If you can do so legitimately, adjust the transaction dates such that bills are dated before invoices:
- In the menu bar, select Reports and then Inventory and then Inventory Valuation Detail.
- Click the Dates drop-down arrow and select All.
- Scroll through the report to an item that is showing a negative amount in the On Hand column.
- If you can do so legitimately, adjust the dates of the bills and/or invoices so that the bill dates are before the invoice dates.
- Repeat steps 3 and 4 for each item with a negative quantity in the On Hand column.

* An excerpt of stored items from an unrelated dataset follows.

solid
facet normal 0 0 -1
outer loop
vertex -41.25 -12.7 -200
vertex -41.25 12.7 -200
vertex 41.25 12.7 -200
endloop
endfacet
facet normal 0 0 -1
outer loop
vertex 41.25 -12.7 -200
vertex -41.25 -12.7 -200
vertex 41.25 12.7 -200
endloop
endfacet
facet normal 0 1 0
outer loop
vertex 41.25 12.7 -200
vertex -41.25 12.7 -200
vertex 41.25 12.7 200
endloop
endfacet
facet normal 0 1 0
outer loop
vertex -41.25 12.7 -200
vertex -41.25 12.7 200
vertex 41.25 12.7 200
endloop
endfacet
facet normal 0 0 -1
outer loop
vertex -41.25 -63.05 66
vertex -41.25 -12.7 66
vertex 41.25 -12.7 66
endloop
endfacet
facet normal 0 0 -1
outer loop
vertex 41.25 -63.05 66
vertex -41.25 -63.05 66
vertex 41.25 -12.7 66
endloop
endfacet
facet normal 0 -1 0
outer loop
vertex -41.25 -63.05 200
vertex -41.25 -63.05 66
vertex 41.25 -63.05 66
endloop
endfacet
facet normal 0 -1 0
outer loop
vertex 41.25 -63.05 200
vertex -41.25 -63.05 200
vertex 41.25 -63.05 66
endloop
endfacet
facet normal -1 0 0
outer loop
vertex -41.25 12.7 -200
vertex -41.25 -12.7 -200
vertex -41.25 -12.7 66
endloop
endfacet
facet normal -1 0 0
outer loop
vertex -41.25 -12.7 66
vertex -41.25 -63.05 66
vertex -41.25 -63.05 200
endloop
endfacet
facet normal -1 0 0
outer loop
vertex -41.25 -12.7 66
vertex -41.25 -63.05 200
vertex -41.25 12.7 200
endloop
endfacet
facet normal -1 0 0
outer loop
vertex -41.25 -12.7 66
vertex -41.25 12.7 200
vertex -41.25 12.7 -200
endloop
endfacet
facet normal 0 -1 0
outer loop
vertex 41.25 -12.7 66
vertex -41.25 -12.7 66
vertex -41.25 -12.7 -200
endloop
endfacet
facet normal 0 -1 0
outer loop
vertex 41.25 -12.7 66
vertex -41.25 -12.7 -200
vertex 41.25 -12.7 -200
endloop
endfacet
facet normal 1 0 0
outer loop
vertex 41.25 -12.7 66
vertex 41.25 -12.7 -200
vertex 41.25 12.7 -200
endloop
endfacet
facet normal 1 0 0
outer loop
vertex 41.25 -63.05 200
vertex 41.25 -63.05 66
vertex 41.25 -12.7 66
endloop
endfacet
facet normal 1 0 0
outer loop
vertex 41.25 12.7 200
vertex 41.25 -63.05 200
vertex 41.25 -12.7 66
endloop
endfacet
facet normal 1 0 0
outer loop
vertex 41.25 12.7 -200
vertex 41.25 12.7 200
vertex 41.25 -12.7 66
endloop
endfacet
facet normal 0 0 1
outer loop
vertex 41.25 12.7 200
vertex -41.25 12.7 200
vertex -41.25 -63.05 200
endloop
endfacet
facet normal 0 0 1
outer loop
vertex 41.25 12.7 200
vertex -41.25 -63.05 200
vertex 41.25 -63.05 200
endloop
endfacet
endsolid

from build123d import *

# Parameters (mm, degrees)
F0_W     = 82.5
F0_H     = 25.4
F1_DEPTH = 200
F2_W     = 82.5
F2_H     = 134
F3_DEPTH = 50.35
F4_DEPTH = 200


with BuildPart() as f1:
    # F0 (on Top) → F1 (new body)
    with BuildSketch(Plane.XY):
        Rectangle(F0_W, F0_H)
    extrude(amount=F1_DEPTH)

    # F2 (on face) → F3 (join)
    with BuildSketch(Plane.XZ.offset(12.7)):
        with Locations((0, 133)):
            Rectangle(F2_W, F2_H)
    extrude(amount=F3_DEPTH)

    # F4 (add): a face of the model
    f4_faces = [f1.faces().sort_by_distance(p)[0] for p in [
        (0, 0, 0),
    ]]
    extrude(f4_faces, amount=F4_DEPTH)


solid = f1.part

If the inventory reports are incorrect because you have not established an average cost, you can cause them to display the correct values by assuring that the earliest dated transaction for an item is a bill, check, credit card charge or Adjust Qty/Value on Hand:
- From the QuickBooks Reports menu, choose Inventory, and then choose Inventory Valuation Summary.
- QuickZoom an item that is showing incorrect values by double-clicking the item name. This opens the Inventory Valuation Detail report for the item. The transactions associated with this item are listed in order by date.

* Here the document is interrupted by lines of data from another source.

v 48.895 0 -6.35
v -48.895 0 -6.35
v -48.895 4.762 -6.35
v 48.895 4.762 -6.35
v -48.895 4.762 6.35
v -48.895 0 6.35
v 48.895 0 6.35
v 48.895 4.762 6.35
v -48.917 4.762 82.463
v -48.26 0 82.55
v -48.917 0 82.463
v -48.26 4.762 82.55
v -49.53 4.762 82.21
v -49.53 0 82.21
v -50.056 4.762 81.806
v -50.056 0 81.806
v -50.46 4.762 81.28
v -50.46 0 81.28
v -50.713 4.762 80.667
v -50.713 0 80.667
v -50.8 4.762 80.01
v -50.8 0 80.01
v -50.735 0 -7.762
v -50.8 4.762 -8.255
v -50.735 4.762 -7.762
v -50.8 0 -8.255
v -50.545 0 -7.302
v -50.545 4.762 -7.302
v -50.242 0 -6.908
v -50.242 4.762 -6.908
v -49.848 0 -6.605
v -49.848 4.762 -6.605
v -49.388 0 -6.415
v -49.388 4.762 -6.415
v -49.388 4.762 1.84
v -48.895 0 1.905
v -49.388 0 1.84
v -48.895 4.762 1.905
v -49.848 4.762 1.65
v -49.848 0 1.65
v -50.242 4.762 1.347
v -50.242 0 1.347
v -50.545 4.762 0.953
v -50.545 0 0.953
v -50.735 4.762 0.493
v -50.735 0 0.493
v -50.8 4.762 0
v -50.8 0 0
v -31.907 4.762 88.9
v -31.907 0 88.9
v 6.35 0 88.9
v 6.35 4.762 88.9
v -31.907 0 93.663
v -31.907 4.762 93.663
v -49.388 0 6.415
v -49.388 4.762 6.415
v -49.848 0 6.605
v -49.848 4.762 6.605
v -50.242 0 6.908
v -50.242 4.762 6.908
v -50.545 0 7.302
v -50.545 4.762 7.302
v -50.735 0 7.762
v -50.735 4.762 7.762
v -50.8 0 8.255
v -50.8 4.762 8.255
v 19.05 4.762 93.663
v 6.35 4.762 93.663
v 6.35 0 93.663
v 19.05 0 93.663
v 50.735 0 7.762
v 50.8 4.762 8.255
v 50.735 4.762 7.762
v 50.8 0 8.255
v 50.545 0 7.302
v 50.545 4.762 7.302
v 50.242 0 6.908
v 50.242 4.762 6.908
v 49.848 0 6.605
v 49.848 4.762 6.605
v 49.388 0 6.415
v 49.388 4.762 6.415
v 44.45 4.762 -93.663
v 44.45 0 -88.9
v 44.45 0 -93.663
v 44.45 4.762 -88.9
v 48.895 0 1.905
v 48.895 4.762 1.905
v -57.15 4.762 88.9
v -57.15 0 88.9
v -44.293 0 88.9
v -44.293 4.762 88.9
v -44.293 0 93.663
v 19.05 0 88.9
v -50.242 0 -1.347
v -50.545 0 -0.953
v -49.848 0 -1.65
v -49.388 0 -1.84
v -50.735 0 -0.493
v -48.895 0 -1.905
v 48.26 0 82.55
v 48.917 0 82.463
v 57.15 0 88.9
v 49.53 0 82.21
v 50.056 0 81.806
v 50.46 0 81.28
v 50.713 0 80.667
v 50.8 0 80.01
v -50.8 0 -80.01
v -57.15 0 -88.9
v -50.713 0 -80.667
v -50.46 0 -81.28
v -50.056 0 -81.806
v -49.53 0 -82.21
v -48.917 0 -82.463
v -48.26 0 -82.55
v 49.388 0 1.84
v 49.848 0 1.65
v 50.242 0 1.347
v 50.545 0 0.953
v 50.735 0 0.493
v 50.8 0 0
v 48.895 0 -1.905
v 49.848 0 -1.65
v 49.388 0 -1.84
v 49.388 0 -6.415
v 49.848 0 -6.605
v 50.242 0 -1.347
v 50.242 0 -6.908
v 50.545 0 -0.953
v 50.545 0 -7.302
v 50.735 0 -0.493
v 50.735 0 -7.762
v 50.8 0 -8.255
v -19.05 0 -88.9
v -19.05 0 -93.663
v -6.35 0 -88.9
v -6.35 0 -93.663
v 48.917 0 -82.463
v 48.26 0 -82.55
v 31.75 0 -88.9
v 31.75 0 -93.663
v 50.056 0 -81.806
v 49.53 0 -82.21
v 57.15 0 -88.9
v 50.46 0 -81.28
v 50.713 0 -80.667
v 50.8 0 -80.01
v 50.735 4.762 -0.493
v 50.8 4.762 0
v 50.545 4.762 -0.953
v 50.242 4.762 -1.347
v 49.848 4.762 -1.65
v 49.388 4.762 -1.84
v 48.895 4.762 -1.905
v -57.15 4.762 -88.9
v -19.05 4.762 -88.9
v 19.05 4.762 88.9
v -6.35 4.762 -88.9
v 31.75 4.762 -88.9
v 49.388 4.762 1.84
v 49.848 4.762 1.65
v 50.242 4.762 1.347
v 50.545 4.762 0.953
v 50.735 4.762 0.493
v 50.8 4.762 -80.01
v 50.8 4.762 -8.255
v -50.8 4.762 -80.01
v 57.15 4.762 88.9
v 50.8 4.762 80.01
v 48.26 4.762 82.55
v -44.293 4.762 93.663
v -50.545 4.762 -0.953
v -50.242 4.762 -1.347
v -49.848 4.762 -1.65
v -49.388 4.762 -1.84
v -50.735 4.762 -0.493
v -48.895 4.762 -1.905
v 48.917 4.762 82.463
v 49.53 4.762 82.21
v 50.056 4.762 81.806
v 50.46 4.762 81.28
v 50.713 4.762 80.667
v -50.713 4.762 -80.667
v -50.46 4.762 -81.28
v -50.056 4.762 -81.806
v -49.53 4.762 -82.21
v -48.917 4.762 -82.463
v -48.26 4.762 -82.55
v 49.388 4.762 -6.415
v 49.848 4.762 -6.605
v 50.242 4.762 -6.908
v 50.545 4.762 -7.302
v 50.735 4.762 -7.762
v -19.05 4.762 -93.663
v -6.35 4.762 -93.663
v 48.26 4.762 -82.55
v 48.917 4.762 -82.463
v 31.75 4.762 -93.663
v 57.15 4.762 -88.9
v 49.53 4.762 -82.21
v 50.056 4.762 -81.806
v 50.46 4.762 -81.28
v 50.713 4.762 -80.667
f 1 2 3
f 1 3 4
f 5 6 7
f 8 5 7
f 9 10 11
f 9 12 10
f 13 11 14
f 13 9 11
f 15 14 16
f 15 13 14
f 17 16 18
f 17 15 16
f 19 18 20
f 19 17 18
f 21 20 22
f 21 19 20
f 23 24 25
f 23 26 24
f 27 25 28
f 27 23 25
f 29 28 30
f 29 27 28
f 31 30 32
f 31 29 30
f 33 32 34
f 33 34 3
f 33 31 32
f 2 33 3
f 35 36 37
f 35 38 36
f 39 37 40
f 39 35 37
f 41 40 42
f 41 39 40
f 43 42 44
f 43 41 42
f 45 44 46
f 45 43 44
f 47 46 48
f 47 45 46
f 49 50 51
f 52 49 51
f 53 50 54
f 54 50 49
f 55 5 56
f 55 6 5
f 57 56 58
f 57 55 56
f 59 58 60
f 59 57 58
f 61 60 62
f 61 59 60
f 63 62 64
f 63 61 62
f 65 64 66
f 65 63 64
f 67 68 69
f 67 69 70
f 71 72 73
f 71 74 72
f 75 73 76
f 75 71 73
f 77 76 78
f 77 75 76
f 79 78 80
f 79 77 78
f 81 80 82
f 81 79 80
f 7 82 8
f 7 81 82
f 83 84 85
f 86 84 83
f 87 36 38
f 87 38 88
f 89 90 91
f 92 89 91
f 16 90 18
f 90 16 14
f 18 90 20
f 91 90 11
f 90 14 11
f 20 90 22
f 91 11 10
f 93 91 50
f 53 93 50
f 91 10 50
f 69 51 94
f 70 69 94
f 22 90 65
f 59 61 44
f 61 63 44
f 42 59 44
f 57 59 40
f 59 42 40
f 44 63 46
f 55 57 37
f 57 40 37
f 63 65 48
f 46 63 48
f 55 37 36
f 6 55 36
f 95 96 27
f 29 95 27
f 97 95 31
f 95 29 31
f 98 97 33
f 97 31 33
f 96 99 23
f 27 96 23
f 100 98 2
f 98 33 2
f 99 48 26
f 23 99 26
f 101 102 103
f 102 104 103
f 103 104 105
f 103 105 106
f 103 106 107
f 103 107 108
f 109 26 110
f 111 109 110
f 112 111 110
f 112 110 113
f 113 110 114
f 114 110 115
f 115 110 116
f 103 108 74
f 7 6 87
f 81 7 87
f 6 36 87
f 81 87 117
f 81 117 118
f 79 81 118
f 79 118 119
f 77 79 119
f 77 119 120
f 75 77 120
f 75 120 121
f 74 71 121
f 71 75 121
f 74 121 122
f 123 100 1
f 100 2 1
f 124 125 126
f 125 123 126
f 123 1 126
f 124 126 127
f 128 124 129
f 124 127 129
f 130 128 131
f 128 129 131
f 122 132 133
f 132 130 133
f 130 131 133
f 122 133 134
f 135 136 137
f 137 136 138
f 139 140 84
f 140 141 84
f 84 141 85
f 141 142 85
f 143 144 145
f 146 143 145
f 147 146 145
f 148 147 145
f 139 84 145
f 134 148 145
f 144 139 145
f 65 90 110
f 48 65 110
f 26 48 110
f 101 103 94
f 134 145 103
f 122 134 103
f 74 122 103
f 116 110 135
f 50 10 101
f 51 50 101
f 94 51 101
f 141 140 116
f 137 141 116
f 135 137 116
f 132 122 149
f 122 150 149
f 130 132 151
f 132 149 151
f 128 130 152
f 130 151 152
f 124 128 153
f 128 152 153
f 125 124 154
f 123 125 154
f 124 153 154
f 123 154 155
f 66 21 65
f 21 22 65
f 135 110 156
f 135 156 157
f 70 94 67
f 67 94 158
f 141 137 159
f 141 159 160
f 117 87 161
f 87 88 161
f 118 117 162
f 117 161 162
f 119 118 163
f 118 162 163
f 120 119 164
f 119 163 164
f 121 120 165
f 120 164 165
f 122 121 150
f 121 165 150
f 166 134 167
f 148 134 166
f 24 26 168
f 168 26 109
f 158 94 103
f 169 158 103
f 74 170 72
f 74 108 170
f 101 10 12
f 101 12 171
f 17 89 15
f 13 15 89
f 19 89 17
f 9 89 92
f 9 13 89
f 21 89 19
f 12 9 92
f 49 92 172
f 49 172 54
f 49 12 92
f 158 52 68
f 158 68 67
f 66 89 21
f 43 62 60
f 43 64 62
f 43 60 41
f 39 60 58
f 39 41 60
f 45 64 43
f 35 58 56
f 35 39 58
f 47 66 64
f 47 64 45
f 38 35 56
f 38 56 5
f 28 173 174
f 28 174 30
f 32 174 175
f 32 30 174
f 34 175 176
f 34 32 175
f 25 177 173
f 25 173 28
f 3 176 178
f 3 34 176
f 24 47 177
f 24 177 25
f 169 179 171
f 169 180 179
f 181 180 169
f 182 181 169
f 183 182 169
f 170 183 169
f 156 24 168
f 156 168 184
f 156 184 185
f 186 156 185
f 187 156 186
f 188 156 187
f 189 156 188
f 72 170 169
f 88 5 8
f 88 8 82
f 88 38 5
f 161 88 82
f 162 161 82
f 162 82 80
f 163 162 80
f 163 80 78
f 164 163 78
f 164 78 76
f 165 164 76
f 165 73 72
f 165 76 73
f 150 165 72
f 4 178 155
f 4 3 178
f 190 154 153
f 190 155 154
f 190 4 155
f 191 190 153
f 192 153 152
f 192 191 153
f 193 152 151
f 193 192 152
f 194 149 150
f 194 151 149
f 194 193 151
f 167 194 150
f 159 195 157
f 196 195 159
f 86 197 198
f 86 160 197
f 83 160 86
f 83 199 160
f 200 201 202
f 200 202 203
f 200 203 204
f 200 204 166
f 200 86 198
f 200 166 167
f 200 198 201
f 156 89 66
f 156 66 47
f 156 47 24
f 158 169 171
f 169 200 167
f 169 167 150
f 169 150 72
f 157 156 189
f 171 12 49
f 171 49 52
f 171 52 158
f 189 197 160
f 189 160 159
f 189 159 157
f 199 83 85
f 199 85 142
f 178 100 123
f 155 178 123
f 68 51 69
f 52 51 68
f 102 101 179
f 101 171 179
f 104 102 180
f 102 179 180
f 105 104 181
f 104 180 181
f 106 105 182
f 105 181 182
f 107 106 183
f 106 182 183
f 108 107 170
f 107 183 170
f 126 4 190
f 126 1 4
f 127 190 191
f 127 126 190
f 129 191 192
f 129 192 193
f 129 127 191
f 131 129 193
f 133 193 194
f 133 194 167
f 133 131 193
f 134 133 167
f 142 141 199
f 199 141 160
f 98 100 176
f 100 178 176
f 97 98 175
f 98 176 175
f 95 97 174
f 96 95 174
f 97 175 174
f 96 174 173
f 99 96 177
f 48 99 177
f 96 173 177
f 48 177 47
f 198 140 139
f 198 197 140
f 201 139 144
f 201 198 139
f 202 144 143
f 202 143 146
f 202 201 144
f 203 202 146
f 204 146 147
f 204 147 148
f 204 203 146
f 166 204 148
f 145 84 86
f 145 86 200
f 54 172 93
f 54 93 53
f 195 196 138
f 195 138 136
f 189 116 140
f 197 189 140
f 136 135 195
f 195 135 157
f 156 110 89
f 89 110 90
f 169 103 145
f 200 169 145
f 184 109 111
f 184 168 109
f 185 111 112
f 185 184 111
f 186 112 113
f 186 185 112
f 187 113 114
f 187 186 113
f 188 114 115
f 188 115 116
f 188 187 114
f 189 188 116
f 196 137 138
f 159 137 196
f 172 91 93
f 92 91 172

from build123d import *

# Parameters (mm, degrees)
SKETCH1_W           = 114.3
SKETCH1_H           = 177.8
SKETCH1_W_2         = 101.6
SKETCH1_H_2         = 165.1
BOSS_EXTRUDE1_DEPTH = 4.7625
SKETCH2_W           = 12.38677804
SKETCH2_H           = 4.7625
SKETCH2_W_2         = 12.7
BOSS_EXTRUDE2_DEPTH = 4.7625
SKETCH3_W           = 12.7
SKETCH3_H           = 4.7625
BOSS_EXTRUDE3_DEPTH = 4.7625
FILLET1_R           = 2.54
SKETCH5_W           = 114.3
SKETCH5_H           = 12.7
SKETCH5_W_2         = 101.6
SKETCH5_H_2         = 3.81
BOSS_EXTRUDE5_DEPTH = 4.7625
FILLET3_R           = 1.905


with BuildPart() as part:
    # Sketch1 → Boss-Extrude1 (new body)
    with BuildSketch(Plane(origin=(0, 0, 0), x_dir=(1, 0, 0), z_dir=(0, 1, 0))):
        Rectangle(SKETCH1_W, SKETCH1_H)
        Rectangle(SKETCH1_W_2, SKETCH1_H_2, mode=Mode.SUBTRACT)
    extrude(amount=BOSS_EXTRUDE1_DEPTH)

    # Sketch2 → Boss-Extrude2 (add)
    with BuildSketch(Plane.XY.offset(88.9)):
        with Locations((-38.1, 2.38125)):
            Rectangle(SKETCH2_W, SKETCH2_H)
        with Locations((12.7, 2.38125)):
            Rectangle(SKETCH2_W_2, SKETCH2_H)
    extrude(amount=BOSS_EXTRUDE2_DEPTH)

    # Sketch3 → Boss-Extrude3 (add)
    with BuildSketch(Plane(origin=(0, 0, -88.9), x_dir=(-1, 0, 0), z_dir=(0, 0, -1))):
        with Locations((-38.1, 2.38125)):
            Rectangle(SKETCH3_W, SKETCH3_H)
        with Locations((12.7, 2.38125)):
            Rectangle(SKETCH3_W, SKETCH3_H)
    extrude(amount=BOSS_EXTRUDE3_DEPTH)

    # Fillet1
    fillet1_edges = [part.edges().sort_by_distance(p)[0] for p in [
        (50.8, 2.38125, 82.55),
        (50.8, 2.38125, -82.55),
        (-50.8, 2.38125, -82.55),
        (-50.8, 2.38125, 82.55),
    ]]
    fillet(fillet1_edges, radius=FILLET1_R)

    # Sketch5 → Boss-Extrude5 (add)
    with BuildSketch(Plane.XZ):
        Rectangle(SKETCH5_W, SKETCH5_H)
        Rectangle(SKETCH5_W_2, SKETCH5_H_2, mode=Mode.SUBTRACT)
    extrude(amount=-BOSS_EXTRUDE5_DEPTH)

    # Fillet3
    fillet3_edges = [part.edges().sort_by_distance(p)[0] for p in [
        (-50.8, 2.38125, 6.35),
        (-50.8, 2.38125, -6.35),
        (50.8, 2.38125, -6.35),
        (50.8, 2.38125, 6.35),
        (50.8, 2.38125, -1.905),
        (-50.8, 2.38125, -1.905),
        (-50.8, 2.38125, 1.905),
        (50.8, 2.38125, 1.905),
    ]]
    fillet(fillet3_edges, radius=FILLET3_R - 0.0001)  # a hair under: the kernel refuses the full size


solid = part.part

- QuickZoom the first Bill listed to open the Enter Bills window.
- Change the date on the bill to a date earlier than the first invoice listed on the detail report you opened in Step 2.
- Click Save & Close to record the bill with the new date.
- Repeat Steps 2 through 5 for each incorrect item.
How to prevent negative inventory
To prevent these issues from occurring: Do not sell inventory items until you have purchased them and entered the purchases into QuickBooks.
- Create a new inventory item.
- Enter the necessary information.
- At the bottom, enter the QOH and Value to establish an average cost.
- If you do not have any units on hand, enter a purchase BEFORE entering a sale.
- Enter the customer order as a Sales Order or an Estimate.
- Enter the customer order as an Invoice and mark the Invoice as Pending (Edit > Mark Invoice as pending).
- Purchase the inventory items and enter the purchase into your company data file.
- Convert the Sales Order or Estimate to an Invoice OR mark the Invoice as final (Edit > Mark Invoice as Final).
- Enter the customer order as an Invoice.
- In the menu bar, select Edit and then Mark Invoice As Pending.
- Purchase the inventory items and enter the purchase into your company data file.
- In the menu bar, select Edit and then Mark Invoice As Final.
- Adjust the Invoice date to the date on which the goods are shipped to the customer.